What is FELA?
FELA, or the Federal Employers Liability Act, gives railroad workers not covered by regular workers’ compensation laws the right to sue their employers for damages if injured while on the job. Under FELA, workers have been allowed monetary payouts for pain and suffering by allowing a jury to determine awards based on comparative negligence. Congress passed FELA in response to the thousands of deaths and injuries in the late 1800s and early 1900s, and since then, the industry has been unable to reform the law.
FELA law was intended to make the railroad industry less dangerous, though railroad companies have been trying to seek reform after being sued for large awards under the law. Despite the ability to win jury awards, workers are sometimes forced to wait years if the railroad company fights the decisions. Some workers have even lost full compensation because of their legal actions. For fear of disciplinary action or retaliation, FELA attorneys and transportation union officials have said many railroad injuries go unreported. The railroad industry’s consolidation in the late 1990s has only further intimidated some workers.
There have been hundreds of solvent exposure lawsuits, with former and current railroad workers claiming illnesses such as brain damage because of unsafe working conditions. CSX, the eastern United State’s largest railroad has acknowledged 466 solvent settlements totaling over $35 million, with many more solvent lawsuits pending and expected to be filed. Even though the majority of major railroads have phased out the use of the most toxic solvents, workers had been exposed to high amounts of solvents for long periods of time from the 1960s through the early 1990s. Many medical experts believe instances of brain damage and toxic encephalopathy have been misdiagnosed as other conditions.
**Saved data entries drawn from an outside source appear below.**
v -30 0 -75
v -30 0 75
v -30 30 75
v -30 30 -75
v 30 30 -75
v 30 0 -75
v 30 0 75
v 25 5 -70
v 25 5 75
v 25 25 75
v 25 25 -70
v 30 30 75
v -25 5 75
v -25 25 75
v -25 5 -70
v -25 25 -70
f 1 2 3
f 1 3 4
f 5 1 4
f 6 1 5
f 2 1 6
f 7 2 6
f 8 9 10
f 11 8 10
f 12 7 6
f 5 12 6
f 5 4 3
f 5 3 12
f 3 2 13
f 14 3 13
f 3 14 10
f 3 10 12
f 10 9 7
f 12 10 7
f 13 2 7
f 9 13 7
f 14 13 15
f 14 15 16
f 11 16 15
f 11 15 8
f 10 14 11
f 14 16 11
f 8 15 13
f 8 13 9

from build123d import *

# Parameters (mm, degrees)
ESQUISSE1_W                  = 60
ESQUISSE1_H                  = 150
BOSS_EXTRU_1_DEPTH           = 30
ESQUISSE2_W                  = 50
ESQUISSE2_H                  = 20
ENL_V_MAT_EXTRU_1_DEPTH      = 75
ENL_V_MAT_EXTRU_1_DEPTH_BACK = 70


with BuildPart() as part:
    # Esquisse1 → Boss.-Extru.1 (new body)
    with BuildSketch(Plane(origin=(0, 0, 0), x_dir=(1, 0, 0), z_dir=(0, 1, 0))):
        Rectangle(ESQUISSE1_W, ESQUISSE1_H)
    extrude(amount=BOSS_EXTRU_1_DEPTH)

    # Esquisse2 → Enlèv. mat.-Extru.1 (cut, two sides)
    with BuildSketch(Plane.XY) as enl_v_mat_extru_1_sk:
        with Locations((0, 15)):
            Rectangle(ESQUISSE2_W, ESQUISSE2_H)
    extrude(amount=ENL_V_MAT_EXTRU_1_DEPTH, mode=Mode.SUBTRACT)
    extrude(enl_v_mat_extru_1_sk.sketch, amount=-ENL_V_MAT_EXTRU_1_DEPTH_BACK, mode=Mode.SUBTRACT)


solid = part.part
CSX still continues to deny a link between solvent exposure and brain damage, despite the dozens of published studies finding a connection. The company has even commented on its’ belief that some law firms aggressively recruited clients and helped plant the idea that workers were sick. Critics of the railroad industry, and those who allege the industry has been involved in covering up the knowledge of the dangers workers were being exposed to, thinks FELA allows some degree of liability to loom over a guilty industry. The inability for the industry to abolish or reform FELA law has allowed a way for some of those injured workers to seek damages.
Still, under FELA law, workers must prove employer negligence, which can be extremely difficult especially against such large railroad companies. Many workers can become intimidated by this fact alone. CSX has been the focus of nearly all the railroad lawsuits, though Norfolk Southern and Burlington Northern, which later merged with Santa Fe, have also been targets. The flurry of lawsuits filed under FELA law in 1987 after a pivotal settlement was decided was classified by the industry as being bogus. The FELA attorneys working on the case uncovered the wide use of chemical solvents in the absence of even the most basic workplace safety precautions.
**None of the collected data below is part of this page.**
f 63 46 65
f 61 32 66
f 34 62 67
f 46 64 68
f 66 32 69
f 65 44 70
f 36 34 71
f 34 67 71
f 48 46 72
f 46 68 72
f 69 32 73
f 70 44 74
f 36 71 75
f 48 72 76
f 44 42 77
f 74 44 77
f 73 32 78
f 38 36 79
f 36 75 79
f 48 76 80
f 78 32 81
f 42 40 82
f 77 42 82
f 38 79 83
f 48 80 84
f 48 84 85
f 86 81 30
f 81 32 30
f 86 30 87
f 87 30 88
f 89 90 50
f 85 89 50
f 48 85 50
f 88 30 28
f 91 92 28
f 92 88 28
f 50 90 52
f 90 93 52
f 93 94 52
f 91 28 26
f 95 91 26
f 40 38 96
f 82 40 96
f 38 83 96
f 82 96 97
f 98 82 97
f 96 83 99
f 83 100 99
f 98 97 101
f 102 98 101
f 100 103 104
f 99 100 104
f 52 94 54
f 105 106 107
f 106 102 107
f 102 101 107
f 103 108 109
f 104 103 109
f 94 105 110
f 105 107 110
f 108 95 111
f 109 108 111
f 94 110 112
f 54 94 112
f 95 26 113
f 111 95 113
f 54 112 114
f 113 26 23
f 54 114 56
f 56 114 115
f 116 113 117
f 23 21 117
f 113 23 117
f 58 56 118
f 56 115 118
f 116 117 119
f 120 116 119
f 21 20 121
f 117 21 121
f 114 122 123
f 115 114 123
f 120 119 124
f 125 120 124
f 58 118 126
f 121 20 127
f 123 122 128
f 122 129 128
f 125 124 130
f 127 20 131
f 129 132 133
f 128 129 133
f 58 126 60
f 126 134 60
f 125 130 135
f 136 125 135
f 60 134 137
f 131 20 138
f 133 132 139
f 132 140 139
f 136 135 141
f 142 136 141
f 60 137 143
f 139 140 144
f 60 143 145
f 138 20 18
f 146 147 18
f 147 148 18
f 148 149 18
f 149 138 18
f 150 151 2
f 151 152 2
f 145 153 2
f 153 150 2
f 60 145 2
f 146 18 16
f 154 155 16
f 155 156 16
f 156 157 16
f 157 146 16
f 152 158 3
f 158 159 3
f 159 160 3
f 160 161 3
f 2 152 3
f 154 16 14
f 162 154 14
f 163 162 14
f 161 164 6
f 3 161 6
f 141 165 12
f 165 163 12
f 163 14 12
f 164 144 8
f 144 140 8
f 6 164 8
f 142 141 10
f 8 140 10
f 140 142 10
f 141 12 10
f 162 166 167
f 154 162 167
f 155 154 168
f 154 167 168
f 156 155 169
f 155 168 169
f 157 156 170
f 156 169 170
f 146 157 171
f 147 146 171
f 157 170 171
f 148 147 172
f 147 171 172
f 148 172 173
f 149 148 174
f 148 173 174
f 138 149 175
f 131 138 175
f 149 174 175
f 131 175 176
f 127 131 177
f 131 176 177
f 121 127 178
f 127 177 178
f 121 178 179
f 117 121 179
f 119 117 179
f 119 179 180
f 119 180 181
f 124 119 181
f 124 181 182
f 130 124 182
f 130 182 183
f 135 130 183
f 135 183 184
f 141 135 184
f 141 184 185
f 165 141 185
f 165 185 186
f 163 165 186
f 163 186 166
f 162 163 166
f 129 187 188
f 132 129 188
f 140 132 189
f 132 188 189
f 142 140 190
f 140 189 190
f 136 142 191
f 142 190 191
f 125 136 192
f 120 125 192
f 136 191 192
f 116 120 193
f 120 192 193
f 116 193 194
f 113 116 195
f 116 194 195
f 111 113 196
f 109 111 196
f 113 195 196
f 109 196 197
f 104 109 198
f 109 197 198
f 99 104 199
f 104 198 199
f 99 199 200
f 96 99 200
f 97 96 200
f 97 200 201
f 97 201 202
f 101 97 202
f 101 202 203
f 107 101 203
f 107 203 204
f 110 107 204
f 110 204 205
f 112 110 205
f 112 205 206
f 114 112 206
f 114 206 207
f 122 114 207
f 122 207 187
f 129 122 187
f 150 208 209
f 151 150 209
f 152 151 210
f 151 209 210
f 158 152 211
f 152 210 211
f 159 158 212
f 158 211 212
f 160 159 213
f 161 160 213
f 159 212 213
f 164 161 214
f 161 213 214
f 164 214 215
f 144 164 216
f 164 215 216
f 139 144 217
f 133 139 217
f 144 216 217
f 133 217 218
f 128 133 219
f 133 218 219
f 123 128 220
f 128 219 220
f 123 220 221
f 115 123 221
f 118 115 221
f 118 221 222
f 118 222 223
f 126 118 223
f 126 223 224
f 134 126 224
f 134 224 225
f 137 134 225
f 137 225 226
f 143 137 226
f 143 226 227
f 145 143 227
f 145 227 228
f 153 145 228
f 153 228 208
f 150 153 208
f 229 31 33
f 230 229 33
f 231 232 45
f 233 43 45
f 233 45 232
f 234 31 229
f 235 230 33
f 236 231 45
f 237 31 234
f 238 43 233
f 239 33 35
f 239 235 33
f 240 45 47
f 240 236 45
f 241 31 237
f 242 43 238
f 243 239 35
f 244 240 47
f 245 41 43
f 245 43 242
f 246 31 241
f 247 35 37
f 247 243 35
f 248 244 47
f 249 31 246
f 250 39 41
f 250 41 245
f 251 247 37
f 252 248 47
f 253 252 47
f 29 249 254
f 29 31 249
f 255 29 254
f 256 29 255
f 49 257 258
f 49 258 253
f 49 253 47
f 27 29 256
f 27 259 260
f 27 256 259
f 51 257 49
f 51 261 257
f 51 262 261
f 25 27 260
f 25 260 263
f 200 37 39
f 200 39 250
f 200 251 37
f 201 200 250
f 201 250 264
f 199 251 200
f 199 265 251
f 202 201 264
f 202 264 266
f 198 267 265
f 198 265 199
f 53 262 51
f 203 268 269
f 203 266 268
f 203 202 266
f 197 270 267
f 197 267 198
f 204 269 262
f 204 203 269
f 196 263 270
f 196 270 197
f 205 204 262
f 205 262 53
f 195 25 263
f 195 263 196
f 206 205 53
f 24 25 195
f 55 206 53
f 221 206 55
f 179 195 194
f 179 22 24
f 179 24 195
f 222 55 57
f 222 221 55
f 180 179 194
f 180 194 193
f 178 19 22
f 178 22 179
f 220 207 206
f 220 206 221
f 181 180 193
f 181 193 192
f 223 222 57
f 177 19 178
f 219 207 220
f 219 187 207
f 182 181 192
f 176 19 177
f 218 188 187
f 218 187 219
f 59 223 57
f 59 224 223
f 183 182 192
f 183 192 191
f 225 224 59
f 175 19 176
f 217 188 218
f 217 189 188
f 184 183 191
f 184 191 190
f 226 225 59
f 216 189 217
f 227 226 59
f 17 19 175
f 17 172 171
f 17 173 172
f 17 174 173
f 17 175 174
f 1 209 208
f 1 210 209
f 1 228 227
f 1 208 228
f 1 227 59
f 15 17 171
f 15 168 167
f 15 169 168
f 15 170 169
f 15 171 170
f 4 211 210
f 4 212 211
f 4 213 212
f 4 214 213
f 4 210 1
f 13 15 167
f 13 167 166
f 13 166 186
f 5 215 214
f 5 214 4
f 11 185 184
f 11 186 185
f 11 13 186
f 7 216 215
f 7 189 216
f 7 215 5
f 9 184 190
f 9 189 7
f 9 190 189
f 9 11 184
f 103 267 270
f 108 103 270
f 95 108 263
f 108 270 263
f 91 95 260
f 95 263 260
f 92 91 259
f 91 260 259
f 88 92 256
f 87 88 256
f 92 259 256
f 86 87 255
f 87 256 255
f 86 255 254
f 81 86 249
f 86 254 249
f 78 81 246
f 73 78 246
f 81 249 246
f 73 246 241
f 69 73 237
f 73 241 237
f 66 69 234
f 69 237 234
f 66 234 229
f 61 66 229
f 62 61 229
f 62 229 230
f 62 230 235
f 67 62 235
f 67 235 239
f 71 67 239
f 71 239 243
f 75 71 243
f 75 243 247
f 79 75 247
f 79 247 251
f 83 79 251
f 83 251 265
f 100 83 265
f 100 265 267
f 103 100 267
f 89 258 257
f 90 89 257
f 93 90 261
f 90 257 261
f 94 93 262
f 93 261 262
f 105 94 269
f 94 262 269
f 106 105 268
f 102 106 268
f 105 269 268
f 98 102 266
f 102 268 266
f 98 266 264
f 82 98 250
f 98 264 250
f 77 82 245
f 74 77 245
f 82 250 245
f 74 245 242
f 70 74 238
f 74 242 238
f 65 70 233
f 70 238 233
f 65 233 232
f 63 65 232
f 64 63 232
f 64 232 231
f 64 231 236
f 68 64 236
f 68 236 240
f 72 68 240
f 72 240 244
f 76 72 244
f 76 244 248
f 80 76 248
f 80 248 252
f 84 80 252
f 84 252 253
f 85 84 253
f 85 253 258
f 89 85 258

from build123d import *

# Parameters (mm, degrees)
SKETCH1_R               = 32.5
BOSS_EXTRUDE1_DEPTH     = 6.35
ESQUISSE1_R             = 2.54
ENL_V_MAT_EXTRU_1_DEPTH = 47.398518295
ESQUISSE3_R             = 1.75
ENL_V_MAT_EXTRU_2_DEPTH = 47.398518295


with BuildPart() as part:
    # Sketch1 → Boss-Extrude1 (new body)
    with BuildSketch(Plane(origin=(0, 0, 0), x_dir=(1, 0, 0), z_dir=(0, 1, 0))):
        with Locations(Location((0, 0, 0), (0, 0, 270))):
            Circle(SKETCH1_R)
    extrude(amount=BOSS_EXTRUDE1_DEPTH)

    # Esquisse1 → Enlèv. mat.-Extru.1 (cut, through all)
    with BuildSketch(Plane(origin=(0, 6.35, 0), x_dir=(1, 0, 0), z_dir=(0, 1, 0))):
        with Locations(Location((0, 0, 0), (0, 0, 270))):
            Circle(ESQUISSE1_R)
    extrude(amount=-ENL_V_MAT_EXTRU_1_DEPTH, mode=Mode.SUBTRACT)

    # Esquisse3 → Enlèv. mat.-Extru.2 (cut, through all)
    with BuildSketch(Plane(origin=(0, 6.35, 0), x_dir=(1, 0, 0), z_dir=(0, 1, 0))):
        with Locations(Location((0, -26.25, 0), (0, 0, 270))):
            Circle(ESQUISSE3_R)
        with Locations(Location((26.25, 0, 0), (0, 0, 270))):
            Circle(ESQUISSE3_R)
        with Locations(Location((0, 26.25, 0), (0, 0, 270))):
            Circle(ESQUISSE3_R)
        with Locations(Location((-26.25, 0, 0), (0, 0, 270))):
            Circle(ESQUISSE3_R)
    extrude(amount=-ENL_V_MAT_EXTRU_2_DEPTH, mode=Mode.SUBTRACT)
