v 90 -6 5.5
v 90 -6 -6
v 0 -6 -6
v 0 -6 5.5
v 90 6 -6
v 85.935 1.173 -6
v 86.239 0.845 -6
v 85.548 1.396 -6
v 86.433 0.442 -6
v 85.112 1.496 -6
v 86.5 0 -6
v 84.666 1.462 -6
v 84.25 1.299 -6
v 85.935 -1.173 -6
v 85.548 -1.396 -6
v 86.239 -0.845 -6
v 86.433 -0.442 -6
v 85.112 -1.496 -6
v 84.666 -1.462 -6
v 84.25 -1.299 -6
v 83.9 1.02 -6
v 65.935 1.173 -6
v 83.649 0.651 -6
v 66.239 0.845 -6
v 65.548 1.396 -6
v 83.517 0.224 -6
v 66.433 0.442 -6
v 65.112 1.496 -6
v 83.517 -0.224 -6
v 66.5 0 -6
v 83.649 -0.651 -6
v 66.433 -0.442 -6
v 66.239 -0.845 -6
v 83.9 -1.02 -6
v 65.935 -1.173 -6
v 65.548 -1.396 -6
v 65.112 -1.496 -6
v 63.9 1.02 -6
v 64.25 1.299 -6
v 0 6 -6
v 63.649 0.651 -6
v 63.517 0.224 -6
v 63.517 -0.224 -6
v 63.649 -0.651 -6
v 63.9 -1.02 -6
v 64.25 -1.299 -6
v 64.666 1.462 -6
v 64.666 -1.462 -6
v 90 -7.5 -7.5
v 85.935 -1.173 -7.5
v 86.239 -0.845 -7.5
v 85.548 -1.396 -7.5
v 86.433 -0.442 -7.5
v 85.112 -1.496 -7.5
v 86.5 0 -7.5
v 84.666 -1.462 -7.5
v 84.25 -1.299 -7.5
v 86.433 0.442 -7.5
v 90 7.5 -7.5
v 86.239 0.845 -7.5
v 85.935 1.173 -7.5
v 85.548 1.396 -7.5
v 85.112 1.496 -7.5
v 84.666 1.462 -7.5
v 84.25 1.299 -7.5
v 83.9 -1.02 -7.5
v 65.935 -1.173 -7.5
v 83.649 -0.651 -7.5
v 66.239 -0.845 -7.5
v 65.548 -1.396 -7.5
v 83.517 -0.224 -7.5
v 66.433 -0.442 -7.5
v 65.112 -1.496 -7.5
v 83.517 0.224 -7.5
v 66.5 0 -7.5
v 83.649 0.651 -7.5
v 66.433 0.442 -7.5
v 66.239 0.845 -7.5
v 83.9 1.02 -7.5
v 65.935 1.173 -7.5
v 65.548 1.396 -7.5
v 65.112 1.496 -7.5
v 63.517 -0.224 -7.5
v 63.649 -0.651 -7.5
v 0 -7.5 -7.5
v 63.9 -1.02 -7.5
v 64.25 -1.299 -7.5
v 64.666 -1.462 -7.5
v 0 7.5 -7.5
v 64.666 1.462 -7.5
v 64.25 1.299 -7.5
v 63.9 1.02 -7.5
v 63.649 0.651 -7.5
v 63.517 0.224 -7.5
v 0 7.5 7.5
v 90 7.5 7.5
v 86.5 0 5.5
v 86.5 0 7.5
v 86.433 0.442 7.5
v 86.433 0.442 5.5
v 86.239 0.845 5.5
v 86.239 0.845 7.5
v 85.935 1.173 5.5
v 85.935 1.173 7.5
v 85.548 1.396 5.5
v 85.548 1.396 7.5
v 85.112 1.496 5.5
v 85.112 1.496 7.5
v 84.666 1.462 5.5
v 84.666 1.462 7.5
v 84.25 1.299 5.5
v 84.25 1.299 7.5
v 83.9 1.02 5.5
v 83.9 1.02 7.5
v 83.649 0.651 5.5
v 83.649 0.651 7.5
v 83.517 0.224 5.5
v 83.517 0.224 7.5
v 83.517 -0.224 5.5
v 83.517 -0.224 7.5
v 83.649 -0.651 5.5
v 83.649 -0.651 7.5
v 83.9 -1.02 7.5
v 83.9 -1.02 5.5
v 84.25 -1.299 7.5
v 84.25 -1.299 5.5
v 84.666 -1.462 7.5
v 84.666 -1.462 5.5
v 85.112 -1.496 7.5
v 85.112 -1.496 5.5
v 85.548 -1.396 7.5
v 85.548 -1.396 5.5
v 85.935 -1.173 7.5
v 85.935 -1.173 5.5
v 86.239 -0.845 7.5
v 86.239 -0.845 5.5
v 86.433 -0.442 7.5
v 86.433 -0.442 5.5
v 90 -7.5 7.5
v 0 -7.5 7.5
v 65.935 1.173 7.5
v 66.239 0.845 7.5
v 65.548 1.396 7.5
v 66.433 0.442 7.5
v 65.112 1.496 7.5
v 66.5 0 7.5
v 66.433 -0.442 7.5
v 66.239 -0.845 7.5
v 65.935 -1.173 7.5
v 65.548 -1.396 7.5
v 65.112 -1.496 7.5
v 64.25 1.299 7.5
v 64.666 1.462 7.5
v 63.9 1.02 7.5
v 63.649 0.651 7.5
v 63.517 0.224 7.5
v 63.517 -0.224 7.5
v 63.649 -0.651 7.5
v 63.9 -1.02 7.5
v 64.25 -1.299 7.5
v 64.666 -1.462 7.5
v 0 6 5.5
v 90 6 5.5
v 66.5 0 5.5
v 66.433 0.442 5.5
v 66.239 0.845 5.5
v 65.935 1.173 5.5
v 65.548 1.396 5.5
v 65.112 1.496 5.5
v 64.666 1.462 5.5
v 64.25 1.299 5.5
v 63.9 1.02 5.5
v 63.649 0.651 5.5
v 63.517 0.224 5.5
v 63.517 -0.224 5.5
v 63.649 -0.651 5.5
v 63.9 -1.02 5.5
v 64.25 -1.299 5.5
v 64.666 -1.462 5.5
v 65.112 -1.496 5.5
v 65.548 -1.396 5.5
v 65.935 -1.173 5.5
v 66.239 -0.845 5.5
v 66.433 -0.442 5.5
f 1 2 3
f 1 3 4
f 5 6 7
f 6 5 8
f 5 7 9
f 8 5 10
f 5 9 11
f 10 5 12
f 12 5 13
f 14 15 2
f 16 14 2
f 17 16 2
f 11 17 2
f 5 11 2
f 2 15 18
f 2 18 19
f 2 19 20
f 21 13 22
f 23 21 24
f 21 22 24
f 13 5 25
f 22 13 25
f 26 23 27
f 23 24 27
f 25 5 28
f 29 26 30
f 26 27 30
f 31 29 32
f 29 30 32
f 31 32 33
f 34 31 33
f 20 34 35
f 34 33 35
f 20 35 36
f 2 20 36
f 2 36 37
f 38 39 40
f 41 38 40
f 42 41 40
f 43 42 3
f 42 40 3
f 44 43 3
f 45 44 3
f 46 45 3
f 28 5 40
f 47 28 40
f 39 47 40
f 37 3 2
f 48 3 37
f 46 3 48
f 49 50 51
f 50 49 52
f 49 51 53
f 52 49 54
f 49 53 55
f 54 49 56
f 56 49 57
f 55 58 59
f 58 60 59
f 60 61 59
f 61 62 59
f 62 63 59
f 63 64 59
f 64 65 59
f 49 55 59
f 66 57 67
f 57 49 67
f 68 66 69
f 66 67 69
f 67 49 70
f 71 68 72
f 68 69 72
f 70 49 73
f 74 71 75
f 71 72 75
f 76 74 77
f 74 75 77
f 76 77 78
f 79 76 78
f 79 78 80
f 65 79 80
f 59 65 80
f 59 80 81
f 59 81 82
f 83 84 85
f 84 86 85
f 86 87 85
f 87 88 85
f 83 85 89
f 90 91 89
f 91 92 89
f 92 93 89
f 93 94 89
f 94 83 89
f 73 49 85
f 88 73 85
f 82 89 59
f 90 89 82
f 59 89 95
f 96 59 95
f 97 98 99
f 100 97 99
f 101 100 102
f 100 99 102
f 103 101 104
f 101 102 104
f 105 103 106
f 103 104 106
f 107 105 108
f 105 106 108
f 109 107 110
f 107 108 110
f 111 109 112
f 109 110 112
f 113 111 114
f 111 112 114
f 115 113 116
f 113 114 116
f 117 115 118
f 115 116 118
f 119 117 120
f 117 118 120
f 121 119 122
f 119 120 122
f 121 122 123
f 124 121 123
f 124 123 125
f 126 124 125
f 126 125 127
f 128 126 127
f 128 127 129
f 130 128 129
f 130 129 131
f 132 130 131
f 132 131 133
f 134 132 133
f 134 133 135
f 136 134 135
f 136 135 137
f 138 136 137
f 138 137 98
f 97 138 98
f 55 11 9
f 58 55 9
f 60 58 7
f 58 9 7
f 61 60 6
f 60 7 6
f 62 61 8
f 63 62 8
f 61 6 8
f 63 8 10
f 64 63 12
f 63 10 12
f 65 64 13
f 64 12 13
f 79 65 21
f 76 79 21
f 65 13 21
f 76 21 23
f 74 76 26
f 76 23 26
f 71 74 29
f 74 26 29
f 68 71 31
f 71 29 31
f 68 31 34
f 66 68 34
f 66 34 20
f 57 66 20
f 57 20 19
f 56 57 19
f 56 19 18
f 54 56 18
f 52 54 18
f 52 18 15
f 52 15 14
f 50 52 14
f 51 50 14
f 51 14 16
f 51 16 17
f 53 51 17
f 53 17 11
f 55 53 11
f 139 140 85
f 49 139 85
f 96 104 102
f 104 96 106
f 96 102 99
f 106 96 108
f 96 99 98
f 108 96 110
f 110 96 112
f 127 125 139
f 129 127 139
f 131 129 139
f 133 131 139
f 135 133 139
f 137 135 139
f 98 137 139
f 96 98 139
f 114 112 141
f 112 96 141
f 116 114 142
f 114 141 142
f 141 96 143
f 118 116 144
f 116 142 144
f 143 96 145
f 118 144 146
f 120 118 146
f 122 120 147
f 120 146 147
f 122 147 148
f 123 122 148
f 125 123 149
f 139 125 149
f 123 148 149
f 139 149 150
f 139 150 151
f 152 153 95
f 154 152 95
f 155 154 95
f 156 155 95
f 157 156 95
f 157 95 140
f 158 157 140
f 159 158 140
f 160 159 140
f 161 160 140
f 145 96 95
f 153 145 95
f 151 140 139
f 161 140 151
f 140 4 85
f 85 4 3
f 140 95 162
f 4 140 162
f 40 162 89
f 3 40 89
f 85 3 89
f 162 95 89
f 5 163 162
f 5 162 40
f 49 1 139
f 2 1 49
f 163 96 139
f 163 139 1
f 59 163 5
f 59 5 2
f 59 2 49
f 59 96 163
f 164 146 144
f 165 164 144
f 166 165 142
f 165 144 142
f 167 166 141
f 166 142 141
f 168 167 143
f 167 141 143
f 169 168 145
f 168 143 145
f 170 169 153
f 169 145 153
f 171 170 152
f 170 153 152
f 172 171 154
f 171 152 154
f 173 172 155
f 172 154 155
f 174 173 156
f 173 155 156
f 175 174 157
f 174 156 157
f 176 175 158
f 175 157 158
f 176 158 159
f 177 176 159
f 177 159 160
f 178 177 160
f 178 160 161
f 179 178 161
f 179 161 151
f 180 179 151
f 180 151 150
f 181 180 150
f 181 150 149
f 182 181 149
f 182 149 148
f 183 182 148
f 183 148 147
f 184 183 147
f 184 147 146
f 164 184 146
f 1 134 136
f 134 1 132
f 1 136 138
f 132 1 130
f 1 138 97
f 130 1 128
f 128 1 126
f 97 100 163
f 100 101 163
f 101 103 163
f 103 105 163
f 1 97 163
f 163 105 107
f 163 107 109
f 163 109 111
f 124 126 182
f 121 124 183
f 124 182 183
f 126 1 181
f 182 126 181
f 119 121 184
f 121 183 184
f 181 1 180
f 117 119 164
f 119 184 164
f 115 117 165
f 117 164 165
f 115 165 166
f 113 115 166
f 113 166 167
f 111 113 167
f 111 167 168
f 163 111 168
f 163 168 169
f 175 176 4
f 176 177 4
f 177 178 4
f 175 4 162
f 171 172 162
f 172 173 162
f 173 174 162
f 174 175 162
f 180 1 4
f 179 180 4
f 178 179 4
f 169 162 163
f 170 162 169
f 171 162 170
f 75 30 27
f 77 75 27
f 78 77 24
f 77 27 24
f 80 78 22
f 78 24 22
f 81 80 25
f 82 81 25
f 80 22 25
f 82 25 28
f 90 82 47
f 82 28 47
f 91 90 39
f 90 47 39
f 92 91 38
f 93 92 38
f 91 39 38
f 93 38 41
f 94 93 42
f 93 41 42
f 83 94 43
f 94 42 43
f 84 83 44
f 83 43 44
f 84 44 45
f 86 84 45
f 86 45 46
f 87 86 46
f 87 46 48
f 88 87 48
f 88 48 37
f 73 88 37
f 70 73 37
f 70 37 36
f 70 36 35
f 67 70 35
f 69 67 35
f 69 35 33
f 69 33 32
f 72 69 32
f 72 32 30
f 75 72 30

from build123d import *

# Parameters (mm, degrees)
MEMBER_15_15_1_5_1_DEPTH = 90
SKETCH_3_R               = 1.5
CUT_EXTRUDE_1_DEPTH      = 92.549167118


with BuildPart() as part:
    # Sketch1 → Member 15 _15_ 1.5_1 (new body)
    with BuildSketch(Plane(origin=(0, 0, 0), x_dir=(0, 0, -1), z_dir=(1, 0, 0))):
        Polygon((-6, -7.5), (6, -7.5), (7.5, -7.5), (7.5, -6), (7.5, 6), (7.5, 7.5), (6, 7.5), (-6, 7.5), (-7.5, 7.5), (-7.5, 6), (-7.5, -6), (-7.5, -7.5), align=None)
        Polygon((-4, -6), (4, -6), (6, -6), (6, -3.5), (6, 3.5), (6, 6), (3.5, 6), (-3.5, 6), (-5.5, 6), (-5.5, 3.5), (-5.5, -3.5), (-5.5, -6), align=None, mode=Mode.SUBTRACT)
    extrude(amount=MEMBER_15_15_1_5_1_DEPTH)

    # 草图3 → 切除-拉伸1 (cut, through all)
    with BuildSketch(Plane.XY.offset(7.5)):
        with Locations((85, 0)):
            Circle(SKETCH_3_R)
        with Locations((65, 0)):
            Circle(SKETCH_3_R)
    extrude(amount=-CUT_EXTRUDE_1_DEPTH, mode=Mode.SUBTRACT)


solid = part.part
The use of even such simple occupational standards like respirators when applying solvents was not even communicated to workers until late 1980s or early 1990s. Even so, some workers diagnosed with toxic encephalopathy decided not to file FELA lawsuits because of their desire to avoid the emotional stress that can accompany legal action. While CSX has tried to discredit the severity of solvent exposed diagnoses, evidence, testimony, internal documents and medical science continues to support connections between solvent exposure and brain damage.